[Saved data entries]
• • • • •

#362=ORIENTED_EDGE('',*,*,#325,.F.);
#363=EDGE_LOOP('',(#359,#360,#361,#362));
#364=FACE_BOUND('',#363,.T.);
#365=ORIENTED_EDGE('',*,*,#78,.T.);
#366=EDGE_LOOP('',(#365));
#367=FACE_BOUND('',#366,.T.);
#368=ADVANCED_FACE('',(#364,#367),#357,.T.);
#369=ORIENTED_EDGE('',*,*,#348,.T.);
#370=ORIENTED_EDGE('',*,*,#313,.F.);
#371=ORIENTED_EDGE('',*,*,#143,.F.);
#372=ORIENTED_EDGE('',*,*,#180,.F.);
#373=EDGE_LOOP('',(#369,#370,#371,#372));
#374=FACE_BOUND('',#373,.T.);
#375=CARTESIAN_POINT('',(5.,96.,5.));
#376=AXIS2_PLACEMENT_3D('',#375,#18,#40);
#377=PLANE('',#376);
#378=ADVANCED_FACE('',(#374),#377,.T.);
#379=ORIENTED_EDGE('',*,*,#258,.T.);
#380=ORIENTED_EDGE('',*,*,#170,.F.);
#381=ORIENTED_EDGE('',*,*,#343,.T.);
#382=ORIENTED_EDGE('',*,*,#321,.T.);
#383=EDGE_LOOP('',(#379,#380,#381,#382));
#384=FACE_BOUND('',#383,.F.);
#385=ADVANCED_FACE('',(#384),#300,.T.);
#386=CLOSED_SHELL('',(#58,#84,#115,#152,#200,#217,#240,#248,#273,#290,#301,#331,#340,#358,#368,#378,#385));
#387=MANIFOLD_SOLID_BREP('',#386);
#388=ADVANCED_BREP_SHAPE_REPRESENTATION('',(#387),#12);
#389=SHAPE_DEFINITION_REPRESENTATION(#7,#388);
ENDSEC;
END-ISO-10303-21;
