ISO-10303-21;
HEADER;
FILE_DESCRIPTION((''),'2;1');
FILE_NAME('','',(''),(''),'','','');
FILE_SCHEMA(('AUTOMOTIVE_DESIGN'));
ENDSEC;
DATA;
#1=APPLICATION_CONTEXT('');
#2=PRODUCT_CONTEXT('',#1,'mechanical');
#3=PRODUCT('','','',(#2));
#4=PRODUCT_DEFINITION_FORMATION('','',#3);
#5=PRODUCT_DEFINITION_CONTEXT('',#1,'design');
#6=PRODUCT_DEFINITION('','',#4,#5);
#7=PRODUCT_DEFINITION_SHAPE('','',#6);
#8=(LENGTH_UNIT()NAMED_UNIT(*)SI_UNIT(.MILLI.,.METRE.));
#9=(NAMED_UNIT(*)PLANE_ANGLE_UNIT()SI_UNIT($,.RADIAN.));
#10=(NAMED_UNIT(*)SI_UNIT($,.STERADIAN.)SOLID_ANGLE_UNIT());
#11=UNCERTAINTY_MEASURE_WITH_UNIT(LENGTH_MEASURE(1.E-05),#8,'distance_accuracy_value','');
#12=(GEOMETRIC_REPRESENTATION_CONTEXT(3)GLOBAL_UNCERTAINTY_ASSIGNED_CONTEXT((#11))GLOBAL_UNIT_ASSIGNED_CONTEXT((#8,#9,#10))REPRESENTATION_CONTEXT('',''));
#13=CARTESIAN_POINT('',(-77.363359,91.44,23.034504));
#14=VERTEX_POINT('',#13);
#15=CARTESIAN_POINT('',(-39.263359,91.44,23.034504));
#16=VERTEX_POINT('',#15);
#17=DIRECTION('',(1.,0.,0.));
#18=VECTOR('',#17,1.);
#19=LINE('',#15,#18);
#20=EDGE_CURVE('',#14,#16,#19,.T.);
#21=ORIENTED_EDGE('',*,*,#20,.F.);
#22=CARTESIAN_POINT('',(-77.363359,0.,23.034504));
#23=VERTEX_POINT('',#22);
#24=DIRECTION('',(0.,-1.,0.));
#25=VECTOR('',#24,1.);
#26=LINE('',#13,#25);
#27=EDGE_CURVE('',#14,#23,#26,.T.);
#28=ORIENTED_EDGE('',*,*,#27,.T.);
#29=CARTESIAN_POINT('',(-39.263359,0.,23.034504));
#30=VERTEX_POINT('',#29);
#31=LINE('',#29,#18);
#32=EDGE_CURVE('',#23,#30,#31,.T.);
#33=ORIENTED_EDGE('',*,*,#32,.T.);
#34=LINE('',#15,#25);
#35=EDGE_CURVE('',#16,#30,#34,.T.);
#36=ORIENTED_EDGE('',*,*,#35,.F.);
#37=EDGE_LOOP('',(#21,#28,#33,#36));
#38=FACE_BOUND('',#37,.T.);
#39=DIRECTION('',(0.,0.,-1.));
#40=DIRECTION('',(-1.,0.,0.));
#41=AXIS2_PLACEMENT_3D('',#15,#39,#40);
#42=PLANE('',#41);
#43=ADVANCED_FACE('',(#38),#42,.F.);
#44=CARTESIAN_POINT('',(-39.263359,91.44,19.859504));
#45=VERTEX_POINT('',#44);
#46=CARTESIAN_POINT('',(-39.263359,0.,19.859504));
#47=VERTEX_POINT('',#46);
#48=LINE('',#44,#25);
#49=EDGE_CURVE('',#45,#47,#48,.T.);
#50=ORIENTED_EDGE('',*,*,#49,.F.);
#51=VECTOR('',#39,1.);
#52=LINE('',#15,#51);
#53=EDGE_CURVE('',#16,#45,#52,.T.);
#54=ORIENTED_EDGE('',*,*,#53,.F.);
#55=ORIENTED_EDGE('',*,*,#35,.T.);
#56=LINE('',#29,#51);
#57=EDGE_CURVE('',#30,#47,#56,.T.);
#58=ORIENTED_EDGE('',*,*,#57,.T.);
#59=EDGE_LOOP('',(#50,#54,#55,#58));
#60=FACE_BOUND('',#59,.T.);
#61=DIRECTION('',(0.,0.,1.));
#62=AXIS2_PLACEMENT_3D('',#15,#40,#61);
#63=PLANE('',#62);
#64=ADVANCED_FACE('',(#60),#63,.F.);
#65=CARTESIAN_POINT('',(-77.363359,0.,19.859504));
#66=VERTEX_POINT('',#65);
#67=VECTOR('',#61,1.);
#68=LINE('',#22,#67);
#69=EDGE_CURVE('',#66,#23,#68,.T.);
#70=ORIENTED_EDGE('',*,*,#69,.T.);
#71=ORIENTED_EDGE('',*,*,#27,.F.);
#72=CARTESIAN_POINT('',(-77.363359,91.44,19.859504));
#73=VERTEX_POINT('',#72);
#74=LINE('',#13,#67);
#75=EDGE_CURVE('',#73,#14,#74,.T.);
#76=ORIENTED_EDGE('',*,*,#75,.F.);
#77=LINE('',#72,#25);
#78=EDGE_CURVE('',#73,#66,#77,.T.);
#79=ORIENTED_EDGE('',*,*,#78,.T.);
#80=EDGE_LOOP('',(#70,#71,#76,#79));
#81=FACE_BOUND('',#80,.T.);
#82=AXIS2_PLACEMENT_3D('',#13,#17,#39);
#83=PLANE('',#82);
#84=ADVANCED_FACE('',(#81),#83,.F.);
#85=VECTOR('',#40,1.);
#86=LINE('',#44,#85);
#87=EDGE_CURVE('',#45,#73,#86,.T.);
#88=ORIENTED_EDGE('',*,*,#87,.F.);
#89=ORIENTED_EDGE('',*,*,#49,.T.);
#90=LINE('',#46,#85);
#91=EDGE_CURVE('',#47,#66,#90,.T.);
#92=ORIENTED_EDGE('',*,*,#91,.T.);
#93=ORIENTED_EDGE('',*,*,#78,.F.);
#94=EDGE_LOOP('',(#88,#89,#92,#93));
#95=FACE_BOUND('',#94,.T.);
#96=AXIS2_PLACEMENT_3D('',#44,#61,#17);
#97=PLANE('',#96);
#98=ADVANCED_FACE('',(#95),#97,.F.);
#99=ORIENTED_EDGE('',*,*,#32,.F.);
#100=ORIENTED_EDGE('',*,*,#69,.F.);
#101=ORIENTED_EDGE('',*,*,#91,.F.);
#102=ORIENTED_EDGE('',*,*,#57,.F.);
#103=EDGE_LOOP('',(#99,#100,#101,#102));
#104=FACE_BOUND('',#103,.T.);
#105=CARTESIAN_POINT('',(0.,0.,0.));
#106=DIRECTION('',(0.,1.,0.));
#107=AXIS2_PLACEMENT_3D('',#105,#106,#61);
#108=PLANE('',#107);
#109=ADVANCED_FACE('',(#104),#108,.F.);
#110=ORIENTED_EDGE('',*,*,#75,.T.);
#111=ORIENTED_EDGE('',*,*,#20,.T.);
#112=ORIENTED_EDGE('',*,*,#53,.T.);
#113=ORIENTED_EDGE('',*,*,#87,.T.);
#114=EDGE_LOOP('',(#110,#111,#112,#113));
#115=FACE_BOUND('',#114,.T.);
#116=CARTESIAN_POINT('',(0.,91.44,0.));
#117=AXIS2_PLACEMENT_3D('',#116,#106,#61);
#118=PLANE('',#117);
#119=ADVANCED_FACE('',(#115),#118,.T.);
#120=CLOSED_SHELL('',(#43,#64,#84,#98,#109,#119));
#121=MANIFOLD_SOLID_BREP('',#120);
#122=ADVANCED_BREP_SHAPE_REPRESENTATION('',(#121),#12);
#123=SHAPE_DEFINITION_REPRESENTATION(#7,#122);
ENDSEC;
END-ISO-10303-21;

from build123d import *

# Parameters (mm, degrees)
SKETCH2_W           = 38.1
SKETCH2_H           = 3.175
BOSS_EXTRUDE1_DEPTH = 91.44


with BuildPart() as part:
    # Sketch2 → Boss-Extrude1 (new body)
    with BuildSketch(Plane(origin=(0, 0, 0), x_dir=(1, 0, 0), z_dir=(0, 1, 0))):
        with Locations((-58.313358779, -21.447003817)):
            Rectangle(SKETCH2_W, SKETCH2_H)
    extrude(amount=BOSS_EXTRUDE1_DEPTH)


solid = part.part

• • • • •

PROBLEM STATEMENT >> Only the lines above starting at the one containing "#76=ORIENTED_EDGE('',*,*,#75,.F.);" and ending at the one containing "#84=ADVANCED_FACE('',(#81),#83,.F.);", both included, are to be returned, exactly as they read.

FINISHED EXERCISE >>
#76=ORIENTED_EDGE('',*,*,#75,.F.);
#77=LINE('',#72,#25);
#78=EDGE_CURVE('',#73,#66,#77,.T.);
#79=ORIENTED_EDGE('',*,*,#78,.T.);
#80=EDGE_LOOP('',(#70,#71,#76,#79));
#81=FACE_BOUND('',#80,.T.);
#82=AXIS2_PLACEMENT_3D('',#13,#17,#39);
#83=PLANE('',#82);
#84=ADVANCED_FACE('',(#81),#83,.F.);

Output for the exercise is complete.